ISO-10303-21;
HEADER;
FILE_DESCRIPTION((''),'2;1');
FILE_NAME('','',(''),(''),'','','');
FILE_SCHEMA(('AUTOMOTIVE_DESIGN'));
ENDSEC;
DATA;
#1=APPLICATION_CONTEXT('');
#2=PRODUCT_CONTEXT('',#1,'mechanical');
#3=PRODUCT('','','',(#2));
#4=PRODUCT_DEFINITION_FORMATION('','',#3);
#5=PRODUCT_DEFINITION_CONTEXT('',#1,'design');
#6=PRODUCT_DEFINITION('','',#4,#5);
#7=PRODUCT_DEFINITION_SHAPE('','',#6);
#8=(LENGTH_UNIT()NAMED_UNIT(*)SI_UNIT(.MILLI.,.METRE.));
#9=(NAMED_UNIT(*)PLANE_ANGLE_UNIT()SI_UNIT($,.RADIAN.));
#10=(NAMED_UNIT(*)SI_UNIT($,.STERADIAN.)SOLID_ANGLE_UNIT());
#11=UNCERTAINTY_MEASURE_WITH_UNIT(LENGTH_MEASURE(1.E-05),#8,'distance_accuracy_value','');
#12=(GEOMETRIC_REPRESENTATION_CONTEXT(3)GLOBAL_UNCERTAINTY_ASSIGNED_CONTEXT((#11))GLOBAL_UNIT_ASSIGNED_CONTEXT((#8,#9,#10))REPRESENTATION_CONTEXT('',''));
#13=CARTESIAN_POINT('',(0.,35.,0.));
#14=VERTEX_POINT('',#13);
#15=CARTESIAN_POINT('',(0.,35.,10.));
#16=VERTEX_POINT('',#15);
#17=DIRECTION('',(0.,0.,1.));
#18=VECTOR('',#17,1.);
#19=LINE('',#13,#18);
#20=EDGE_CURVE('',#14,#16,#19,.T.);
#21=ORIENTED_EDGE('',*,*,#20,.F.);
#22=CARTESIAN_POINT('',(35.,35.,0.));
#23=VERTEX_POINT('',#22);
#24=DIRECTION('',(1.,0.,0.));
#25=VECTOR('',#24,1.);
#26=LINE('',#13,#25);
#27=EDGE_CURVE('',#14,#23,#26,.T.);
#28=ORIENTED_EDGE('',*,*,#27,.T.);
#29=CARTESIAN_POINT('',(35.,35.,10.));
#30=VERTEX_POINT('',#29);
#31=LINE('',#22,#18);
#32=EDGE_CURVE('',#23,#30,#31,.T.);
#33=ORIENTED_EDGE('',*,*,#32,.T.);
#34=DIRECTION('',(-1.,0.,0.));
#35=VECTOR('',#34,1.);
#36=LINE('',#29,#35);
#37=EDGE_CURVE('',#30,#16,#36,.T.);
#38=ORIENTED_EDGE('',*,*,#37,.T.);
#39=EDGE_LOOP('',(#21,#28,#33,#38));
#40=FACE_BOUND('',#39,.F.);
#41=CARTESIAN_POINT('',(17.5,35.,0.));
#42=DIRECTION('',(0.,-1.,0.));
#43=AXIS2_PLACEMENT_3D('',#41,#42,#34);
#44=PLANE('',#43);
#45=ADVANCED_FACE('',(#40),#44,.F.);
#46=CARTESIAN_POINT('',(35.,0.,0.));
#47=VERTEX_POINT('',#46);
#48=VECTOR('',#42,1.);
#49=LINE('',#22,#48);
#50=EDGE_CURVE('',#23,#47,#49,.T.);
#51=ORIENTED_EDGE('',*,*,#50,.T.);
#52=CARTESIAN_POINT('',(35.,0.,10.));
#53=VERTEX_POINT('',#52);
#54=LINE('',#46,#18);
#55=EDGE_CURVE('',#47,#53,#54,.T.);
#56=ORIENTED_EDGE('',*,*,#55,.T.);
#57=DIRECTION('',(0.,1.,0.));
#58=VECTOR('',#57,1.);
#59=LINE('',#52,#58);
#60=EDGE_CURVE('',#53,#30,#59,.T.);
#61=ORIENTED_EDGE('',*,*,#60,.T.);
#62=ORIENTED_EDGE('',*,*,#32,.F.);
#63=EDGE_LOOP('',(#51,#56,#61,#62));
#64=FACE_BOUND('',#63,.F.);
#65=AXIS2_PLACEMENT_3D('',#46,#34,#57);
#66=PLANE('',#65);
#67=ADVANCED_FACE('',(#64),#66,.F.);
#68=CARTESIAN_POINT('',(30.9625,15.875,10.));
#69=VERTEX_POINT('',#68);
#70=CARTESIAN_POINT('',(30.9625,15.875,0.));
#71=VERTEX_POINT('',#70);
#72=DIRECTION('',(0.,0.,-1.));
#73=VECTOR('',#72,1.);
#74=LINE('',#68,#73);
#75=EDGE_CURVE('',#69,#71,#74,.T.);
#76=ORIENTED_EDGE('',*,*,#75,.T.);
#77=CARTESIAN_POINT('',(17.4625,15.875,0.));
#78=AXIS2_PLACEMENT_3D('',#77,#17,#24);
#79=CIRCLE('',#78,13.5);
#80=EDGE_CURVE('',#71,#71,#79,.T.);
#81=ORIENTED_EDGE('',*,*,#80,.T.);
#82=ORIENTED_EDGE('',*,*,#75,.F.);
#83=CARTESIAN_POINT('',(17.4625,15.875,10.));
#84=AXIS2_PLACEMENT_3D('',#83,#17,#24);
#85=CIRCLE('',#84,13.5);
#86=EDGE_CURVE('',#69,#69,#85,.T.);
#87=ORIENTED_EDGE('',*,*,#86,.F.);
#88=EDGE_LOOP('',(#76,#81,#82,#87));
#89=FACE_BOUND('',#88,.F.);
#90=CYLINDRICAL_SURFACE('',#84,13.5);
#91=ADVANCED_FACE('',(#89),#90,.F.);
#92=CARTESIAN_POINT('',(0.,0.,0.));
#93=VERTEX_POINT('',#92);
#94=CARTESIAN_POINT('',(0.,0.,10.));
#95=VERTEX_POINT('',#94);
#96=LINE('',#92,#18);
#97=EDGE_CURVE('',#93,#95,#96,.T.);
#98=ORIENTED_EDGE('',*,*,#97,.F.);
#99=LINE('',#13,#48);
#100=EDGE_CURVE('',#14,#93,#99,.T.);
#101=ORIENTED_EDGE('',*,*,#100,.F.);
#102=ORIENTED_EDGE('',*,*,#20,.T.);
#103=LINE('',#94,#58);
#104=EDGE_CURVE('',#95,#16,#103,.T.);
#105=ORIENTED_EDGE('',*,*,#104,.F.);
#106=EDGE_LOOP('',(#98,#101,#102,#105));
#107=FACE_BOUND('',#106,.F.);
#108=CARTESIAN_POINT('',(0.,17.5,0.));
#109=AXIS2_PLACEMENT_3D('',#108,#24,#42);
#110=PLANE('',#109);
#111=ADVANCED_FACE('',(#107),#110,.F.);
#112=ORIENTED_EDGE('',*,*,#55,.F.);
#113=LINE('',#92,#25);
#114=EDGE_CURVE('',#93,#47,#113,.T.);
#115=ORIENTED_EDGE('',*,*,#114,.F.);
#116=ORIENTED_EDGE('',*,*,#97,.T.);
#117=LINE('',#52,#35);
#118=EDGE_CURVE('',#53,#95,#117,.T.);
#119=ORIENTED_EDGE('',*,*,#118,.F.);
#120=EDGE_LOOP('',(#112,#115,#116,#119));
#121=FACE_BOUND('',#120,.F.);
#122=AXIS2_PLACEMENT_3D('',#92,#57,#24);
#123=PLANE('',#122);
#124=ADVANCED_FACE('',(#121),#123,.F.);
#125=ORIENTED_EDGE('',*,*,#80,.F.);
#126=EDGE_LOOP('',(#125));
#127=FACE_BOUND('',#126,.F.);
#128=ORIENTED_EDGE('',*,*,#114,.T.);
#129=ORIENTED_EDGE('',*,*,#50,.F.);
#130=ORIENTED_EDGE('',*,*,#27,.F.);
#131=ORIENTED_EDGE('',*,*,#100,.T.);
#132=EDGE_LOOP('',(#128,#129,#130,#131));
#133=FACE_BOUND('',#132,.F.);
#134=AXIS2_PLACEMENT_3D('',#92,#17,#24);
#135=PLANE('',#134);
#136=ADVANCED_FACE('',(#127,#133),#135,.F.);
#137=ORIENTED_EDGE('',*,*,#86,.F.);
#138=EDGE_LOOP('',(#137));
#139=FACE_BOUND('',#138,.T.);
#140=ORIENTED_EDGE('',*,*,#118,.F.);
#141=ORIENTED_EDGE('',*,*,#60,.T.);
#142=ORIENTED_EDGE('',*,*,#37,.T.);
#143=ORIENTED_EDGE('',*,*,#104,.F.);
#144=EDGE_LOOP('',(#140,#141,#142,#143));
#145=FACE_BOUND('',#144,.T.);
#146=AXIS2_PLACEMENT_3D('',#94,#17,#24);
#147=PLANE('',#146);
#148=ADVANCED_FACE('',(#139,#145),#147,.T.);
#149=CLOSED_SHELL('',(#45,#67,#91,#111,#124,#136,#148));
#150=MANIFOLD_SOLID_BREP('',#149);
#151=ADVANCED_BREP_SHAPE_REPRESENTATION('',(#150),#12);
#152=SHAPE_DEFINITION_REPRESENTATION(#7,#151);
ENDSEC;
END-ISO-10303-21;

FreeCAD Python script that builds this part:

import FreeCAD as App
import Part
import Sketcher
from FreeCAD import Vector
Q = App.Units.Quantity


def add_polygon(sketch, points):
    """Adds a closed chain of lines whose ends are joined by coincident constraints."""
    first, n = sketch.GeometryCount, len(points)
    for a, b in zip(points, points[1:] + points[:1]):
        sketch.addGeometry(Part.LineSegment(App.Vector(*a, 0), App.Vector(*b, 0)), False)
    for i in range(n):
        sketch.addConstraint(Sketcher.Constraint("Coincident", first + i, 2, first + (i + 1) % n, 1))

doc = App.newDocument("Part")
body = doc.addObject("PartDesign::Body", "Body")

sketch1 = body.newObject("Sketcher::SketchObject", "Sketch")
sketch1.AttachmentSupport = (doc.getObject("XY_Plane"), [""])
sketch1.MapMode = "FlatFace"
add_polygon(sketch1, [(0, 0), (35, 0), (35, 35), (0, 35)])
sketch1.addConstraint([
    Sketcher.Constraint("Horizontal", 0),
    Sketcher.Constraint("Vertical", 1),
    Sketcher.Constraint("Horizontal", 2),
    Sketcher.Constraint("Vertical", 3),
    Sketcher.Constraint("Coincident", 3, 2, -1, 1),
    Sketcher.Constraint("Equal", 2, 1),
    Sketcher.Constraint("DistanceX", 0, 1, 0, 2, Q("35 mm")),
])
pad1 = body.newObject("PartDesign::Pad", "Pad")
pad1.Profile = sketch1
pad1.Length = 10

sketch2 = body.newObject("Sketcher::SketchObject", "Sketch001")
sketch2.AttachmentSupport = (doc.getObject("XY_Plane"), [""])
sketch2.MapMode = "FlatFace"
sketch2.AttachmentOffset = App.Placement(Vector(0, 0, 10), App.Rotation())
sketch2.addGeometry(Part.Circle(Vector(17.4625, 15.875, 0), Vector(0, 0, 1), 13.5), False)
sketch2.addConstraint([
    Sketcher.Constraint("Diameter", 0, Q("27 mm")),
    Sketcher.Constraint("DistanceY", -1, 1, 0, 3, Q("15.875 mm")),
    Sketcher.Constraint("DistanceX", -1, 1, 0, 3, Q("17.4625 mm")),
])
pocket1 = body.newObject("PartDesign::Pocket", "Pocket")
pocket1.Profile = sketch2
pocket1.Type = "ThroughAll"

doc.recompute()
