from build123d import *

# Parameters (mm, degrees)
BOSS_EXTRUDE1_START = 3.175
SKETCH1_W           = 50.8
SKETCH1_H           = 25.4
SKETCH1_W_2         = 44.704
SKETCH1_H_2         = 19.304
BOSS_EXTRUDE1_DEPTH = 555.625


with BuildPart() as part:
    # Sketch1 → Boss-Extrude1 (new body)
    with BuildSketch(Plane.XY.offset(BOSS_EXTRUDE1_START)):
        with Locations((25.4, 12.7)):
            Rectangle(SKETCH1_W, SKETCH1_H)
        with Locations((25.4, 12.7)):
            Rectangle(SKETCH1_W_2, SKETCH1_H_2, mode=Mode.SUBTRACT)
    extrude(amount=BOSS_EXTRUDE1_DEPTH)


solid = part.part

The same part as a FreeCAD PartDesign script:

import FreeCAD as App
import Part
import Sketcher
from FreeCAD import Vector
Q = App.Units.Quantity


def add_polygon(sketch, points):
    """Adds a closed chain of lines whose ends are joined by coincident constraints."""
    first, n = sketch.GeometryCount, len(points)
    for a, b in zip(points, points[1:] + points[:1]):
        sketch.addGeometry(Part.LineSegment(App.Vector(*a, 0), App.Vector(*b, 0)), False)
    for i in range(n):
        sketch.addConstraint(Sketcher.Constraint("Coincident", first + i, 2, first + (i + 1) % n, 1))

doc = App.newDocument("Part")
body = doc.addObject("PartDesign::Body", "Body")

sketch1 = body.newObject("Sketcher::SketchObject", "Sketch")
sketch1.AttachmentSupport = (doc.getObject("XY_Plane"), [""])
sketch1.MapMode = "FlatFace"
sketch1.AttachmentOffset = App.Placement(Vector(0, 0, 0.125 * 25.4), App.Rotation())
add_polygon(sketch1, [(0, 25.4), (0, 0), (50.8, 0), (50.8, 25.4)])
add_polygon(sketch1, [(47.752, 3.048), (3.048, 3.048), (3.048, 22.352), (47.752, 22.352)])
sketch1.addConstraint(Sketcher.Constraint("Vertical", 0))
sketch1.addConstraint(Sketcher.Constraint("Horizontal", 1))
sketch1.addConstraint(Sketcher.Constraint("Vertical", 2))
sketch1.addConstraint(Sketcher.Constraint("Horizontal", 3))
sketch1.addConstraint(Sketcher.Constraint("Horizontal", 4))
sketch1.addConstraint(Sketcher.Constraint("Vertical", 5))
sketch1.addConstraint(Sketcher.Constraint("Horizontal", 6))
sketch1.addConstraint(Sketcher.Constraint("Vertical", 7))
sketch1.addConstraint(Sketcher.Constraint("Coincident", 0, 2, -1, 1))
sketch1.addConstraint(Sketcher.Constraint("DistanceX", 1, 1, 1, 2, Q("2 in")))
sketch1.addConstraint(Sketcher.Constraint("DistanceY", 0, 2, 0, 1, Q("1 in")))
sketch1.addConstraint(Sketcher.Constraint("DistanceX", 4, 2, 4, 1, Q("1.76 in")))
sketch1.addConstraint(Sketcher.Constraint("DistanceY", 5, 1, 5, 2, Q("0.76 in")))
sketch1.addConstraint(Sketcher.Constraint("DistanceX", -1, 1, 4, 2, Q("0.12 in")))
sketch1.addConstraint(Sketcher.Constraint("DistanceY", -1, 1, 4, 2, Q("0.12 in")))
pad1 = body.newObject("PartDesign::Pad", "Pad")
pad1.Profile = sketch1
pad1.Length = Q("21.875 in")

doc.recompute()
****************
TASK = Using the data above, reproduce exactly the lines from the line that contains "#149=CLOSED_SHELL('',(#45,#67,#91,#111,#124,#136,#148));" through the line that contains "FreeCAD Python script", including both.

OUTPUT =
#149=CLOSED_SHELL('',(#45,#67,#91,#111,#124,#136,#148));
#150=MANIFOLD_SOLID_BREP('',#149);
#151=ADVANCED_BREP_SHAPE_REPRESENTATION('',(#150),#12);
#152=SHAPE_DEFINITION_REPRESENTATION(#7,#151);
ENDSEC;
END-ISO-10303-21;

FreeCAD Python script that builds this part:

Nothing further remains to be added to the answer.